Ffffffffffuuuuuuuu exams coming near


----------



## Faun (Nov 26, 2010)

A cable nearly got entangled to my bike's tire.
Drank 2 liters of milk. Stomach upset.
Clutch wire snapped off while returning home.

Triple FFFFFFFFFFFFFFFFFFFFFFFFUUUUUUUUUUUUUUUUUUUUUU


----------



## abhijit_reddevil (Dec 3, 2010)

Well, such a wonderful thread to vent my frustations:

1) Everyone here wants me to stay onsite for an indefinite period while I want to return to my family in Kolkata.

FFFFFFFFFFFFFFFUUUUUUUUUUUUUUUU

2) Being stuck in the same project for the last 4 1/2 years. If I want release, I will have to move out of Kolkata. FFFFFFFFFUUUUUUUUUU

3) Stupid weather started. Snowfall from tomorrow evening through the weekend, lows at -12/-13 deg cent. FFFFFFFFFFFFFUUUUUUUUUU

4) After reaching home, look at blank walls and cook and go to sleep. No entertainment.

FFFFFFFFFFFFFUUUUUUUUUUUU

5) Cant get up early on weekdays but get up early always on weekends.

FFFFFFFFFFFFFUUUUUUUUUUU

6) Project duration at onsite was promised to me for 6 months, but extended to 1 year.

FFFFFFFFFFFFFUUUUUUUUUUU

7) Receiving unwelcome phone calls from NRI relatives too frequently.

FFFFFFFFFFFUUUUUUUU

8) Whenever the Red Devils lose, anti manu supporter friends on my orkut/facebook account rejoice as if it is their marriage. Nothing can be heard from them when we keep on winning..

FFFFFFFFFFUUUUUUUUUU

9) Staying away from wife, family, real friends for close to a year.

FFFFFFFFFFFUUUUUUUU

10) Our house in Kolkata needs repair and we dont have the money to do it. Nor getting promoters to build a apartment complex in it's place, for the last 1 year.

FFFFFFFFFFFFFUUUUUUUUUUU

11) Rash driving in Kolkata. New car got damaged within 1 month of purchase in october 2008 and again in april 2009. Both times had to claim insurance.

FFFFFFFFFFFFFUUUUUUUUUUU

12) My $1300 toshiba 17" gaming laptop bought got damaged within 1 1/2 years of purchase, dont know why. Repair estimate was $1000. But can get a new one at $600, but I am not going to buy a laptop.

FFFFFFFFFFFFUUUUUUUUU

13) Planned for Sikkim trip two times, once in 2009 and once in 2010. Both times got cancelled due to various reasons. Same applies to Nainital trip.
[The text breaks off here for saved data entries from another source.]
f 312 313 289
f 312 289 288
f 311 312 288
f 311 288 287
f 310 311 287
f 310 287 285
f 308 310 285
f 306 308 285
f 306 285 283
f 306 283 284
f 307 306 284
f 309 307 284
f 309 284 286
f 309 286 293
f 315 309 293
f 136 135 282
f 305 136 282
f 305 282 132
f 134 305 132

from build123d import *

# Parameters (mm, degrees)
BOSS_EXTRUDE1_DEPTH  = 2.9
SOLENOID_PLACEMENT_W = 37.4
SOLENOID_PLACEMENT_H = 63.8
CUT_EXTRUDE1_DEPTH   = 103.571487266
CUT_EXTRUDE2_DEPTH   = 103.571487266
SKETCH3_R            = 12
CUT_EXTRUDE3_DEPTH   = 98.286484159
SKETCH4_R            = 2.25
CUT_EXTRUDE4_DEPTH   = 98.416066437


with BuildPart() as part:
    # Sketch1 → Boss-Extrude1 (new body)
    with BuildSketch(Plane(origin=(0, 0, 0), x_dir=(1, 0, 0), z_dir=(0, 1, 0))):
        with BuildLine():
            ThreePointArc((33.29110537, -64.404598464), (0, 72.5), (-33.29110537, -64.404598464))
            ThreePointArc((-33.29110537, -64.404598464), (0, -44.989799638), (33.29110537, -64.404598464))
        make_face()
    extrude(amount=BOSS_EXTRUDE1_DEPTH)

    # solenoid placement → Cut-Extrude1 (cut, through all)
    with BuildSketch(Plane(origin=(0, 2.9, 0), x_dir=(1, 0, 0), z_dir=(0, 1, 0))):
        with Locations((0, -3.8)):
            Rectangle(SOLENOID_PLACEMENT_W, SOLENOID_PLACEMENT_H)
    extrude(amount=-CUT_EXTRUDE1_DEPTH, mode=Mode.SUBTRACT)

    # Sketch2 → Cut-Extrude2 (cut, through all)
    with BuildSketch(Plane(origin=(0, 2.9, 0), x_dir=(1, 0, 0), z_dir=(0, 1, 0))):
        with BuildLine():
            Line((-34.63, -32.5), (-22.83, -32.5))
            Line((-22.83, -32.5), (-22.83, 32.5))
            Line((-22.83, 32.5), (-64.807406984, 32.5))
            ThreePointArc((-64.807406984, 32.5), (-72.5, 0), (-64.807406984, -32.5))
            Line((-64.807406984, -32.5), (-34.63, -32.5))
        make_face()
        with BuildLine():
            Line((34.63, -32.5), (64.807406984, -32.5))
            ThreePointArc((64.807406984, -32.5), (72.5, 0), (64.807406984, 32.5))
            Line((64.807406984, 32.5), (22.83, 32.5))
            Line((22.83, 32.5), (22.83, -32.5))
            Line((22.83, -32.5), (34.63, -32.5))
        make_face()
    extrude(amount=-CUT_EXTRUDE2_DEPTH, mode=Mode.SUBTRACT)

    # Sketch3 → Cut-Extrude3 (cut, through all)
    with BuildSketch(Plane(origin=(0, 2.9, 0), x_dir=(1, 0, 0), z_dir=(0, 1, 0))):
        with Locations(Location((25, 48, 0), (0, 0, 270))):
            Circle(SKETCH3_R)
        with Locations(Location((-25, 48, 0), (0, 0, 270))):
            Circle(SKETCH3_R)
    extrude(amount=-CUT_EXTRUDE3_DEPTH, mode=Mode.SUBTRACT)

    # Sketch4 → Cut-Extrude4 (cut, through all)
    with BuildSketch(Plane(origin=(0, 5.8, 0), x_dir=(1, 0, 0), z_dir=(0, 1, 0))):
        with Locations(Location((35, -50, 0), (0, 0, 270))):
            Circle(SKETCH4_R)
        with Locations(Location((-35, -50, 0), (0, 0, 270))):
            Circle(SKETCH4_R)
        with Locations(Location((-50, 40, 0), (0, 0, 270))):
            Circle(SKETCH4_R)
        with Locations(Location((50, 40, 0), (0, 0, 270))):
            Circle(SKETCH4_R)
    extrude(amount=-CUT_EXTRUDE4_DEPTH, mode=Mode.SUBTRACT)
FFFFFFFFFFFFFFFUUUUUUUUUUUU

14) Checked baggage limit a measly 23kg for travel between India and USA. Two suitcases allowed per passenger without hefty fine. Need more, but I dont have the cash to pay fine.

FFFFFFFFFFFFUUUUUUUUUUUU

Don't think it's the end. I can post more.


----------



## Desmond (Dec 9, 2010)

Whoa dude...your life is one big FU...no offence


----------



## Faun (Dec 9, 2010)

Just gave Kaplan practice paper and got a resounding FFFFFFFFFFFFFFFFFUUUUUUUUUUUUUU in quant (540) section though verbal (660) was yay !
Gotta start getting quant concepts clear from Jan onwards.


----------



## SunnyChahal (Dec 9, 2010)

Was halfway through Crysis and then the game decided to screw me over. Does that quality as a FFFUUUUUU?


----------



## Faun (Jan 6, 2011)

Feeling so without any feelings 
FFFFFFFFFFFFUUUUUUUUUUUU


----------



## ico (Jan 6, 2011)

Fffffffffuuuuuuuuuu


----------



## R2K (Jan 8, 2011)

life is pain .....lol
ffffffuuuuuuuuuuu


----------



## furious_gamer (Jan 8, 2011)

^^ It always. 
I am in serious stuff, GF, so again life is pain.


----------



## R2K (Jan 8, 2011)

^^
ROFL
why??..GFs are supposed to be fun... right?


----------



## Faun (Jan 10, 2011)

*i269.photobucket.com/albums/jj44/visio159/Screenshot-14.jpg


----------



## furious_gamer (Jan 11, 2011)

R2K said:


> ^^
> ROFL
> why??..GFs are supposed to be fun... right?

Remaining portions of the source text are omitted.